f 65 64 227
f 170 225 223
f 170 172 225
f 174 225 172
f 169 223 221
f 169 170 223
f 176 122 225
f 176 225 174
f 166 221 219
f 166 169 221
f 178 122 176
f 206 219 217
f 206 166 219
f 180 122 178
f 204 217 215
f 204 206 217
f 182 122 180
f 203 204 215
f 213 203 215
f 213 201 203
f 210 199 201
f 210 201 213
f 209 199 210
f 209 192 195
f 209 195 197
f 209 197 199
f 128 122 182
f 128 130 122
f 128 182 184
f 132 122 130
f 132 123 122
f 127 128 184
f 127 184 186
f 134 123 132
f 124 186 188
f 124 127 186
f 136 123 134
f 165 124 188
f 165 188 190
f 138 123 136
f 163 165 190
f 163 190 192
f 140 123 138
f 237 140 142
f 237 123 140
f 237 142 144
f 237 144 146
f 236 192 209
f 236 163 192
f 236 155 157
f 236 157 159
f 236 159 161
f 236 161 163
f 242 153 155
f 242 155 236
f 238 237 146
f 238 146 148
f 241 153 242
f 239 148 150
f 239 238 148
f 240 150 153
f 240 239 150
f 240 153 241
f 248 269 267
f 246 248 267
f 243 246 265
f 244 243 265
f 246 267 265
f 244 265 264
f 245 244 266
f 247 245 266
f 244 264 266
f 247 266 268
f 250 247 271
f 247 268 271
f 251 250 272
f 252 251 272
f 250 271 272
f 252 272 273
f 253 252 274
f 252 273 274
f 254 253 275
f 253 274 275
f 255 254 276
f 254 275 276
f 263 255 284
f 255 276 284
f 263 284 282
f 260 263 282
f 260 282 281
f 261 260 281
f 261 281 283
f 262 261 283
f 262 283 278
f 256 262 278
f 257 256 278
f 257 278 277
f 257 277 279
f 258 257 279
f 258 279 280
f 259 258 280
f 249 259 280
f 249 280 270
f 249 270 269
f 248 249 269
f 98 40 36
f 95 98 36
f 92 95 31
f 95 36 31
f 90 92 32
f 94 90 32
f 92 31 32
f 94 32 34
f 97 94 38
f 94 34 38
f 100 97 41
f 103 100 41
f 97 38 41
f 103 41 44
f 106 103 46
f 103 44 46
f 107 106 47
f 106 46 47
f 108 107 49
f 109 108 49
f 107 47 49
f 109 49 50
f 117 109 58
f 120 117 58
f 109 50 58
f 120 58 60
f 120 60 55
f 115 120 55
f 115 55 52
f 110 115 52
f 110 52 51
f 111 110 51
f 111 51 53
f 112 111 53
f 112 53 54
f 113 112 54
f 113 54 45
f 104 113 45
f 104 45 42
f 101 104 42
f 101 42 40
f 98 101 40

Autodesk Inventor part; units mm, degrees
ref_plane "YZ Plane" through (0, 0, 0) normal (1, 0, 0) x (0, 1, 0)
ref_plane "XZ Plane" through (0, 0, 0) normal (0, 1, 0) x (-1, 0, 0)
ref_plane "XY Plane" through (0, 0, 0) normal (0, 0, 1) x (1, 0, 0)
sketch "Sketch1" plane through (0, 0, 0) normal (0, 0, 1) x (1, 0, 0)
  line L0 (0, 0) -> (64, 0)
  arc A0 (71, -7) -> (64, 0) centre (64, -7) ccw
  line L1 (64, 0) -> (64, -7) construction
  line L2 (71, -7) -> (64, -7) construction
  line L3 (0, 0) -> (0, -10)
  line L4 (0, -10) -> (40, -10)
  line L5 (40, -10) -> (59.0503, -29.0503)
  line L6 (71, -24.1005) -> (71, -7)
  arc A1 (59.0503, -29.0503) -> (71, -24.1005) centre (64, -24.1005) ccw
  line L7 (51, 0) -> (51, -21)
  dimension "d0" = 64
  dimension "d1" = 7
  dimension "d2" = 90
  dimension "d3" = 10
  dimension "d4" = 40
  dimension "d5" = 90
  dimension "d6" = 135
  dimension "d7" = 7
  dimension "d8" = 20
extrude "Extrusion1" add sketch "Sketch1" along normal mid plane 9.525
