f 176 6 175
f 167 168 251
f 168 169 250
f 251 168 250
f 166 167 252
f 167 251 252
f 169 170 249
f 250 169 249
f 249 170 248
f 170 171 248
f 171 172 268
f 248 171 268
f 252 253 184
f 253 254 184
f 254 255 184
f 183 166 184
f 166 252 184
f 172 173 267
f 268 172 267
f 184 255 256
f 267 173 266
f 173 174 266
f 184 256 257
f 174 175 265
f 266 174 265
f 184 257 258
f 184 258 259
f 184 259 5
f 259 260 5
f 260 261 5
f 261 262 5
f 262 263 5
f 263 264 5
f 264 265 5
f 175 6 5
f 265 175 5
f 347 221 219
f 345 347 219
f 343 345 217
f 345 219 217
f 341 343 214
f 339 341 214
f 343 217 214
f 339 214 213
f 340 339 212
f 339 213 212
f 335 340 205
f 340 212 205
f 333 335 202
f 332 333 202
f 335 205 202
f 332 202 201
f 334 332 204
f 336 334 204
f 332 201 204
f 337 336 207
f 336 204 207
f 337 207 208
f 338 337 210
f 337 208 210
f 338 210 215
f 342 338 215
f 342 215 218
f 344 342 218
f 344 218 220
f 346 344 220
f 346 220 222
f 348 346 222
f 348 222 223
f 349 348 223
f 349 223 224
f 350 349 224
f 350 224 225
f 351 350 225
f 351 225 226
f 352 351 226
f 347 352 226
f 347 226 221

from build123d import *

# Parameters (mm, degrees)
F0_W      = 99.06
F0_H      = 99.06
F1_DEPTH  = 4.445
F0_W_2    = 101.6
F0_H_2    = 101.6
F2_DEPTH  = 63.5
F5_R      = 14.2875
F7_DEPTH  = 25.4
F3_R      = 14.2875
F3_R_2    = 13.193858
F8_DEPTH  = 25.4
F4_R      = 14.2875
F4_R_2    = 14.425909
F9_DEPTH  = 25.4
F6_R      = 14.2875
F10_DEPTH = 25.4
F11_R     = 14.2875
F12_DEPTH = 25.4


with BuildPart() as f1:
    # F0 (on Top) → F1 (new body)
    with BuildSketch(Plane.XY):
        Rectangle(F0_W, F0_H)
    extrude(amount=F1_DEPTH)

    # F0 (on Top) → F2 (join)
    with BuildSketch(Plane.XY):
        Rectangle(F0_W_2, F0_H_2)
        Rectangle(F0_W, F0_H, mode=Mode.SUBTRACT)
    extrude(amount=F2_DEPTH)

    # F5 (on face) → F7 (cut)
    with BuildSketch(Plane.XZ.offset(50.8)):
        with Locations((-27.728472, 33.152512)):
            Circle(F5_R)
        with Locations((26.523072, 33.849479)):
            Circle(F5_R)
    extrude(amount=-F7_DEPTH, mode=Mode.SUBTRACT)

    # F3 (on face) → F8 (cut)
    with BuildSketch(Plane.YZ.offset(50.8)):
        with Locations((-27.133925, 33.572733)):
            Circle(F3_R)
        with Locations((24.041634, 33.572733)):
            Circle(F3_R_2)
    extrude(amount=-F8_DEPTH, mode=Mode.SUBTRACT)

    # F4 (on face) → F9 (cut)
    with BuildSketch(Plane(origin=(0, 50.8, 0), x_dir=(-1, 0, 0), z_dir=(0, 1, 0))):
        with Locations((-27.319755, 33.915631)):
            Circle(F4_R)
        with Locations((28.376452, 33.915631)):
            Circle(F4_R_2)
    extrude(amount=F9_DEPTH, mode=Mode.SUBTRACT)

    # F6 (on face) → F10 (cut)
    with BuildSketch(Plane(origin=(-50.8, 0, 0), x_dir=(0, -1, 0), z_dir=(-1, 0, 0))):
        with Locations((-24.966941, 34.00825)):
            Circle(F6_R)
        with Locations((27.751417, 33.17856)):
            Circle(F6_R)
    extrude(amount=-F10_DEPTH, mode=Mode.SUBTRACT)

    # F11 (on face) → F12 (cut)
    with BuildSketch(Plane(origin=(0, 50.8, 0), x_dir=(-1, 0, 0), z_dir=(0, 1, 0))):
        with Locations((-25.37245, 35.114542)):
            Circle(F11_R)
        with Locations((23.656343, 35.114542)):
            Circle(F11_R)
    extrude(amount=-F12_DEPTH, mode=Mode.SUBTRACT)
___
▸ WHAT YOU SHOULD DO
When you reach the line in the material above that holds "f 247 266 268", begin reproducing lines exactly, and stop after the line that holds "Autodesk Inventor part; units mm, degrees".

▸ EXERCISE SOLUTION
f 247 266 268
f 250 247 271
f 247 268 271
f 251 250 272
f 252 251 272
f 250 271 272
f 252 272 273
f 253 252 274
f 252 273 274
f 254 253 275
f 253 274 275
f 255 254 276
f 254 275 276
f 263 255 284
f 255 276 284
f 263 284 282
f 260 263 282
f 260 282 281
f 261 260 281
f 261 281 283
f 262 261 283
f 262 283 278
f 256 262 278
f 257 256 278
f 257 278 277
f 257 277 279
f 258 257 279
f 258 279 280
f 259 258 280
f 249 259 280
f 249 280 270
f 249 270 269
f 248 249 269
f 98 40 36
f 95 98 36
f 92 95 31
f 95 36 31
f 90 92 32
f 94 90 32
f 92 31 32
f 94 32 34
f 97 94 38
f 94 34 38
f 100 97 41
f 103 100 41
f 97 38 41
f 103 41 44
f 106 103 46
f 103 44 46
f 107 106 47
f 106 46 47
f 108 107 49
f 109 108 49
f 107 47 49
f 109 49 50
f 117 109 58
f 120 117 58
f 109 50 58
f 120 58 60
f 120 60 55
f 115 120 55
f 115 55 52
f 110 115 52
f 110 52 51
f 111 110 51
f 111 51 53
f 112 111 53
f 112 53 54
f 113 112 54
f 113 54 45
f 104 113 45
f 104 45 42
f 101 104 42
f 101 42 40
f 98 101 40

Autodesk Inventor part; units mm, degrees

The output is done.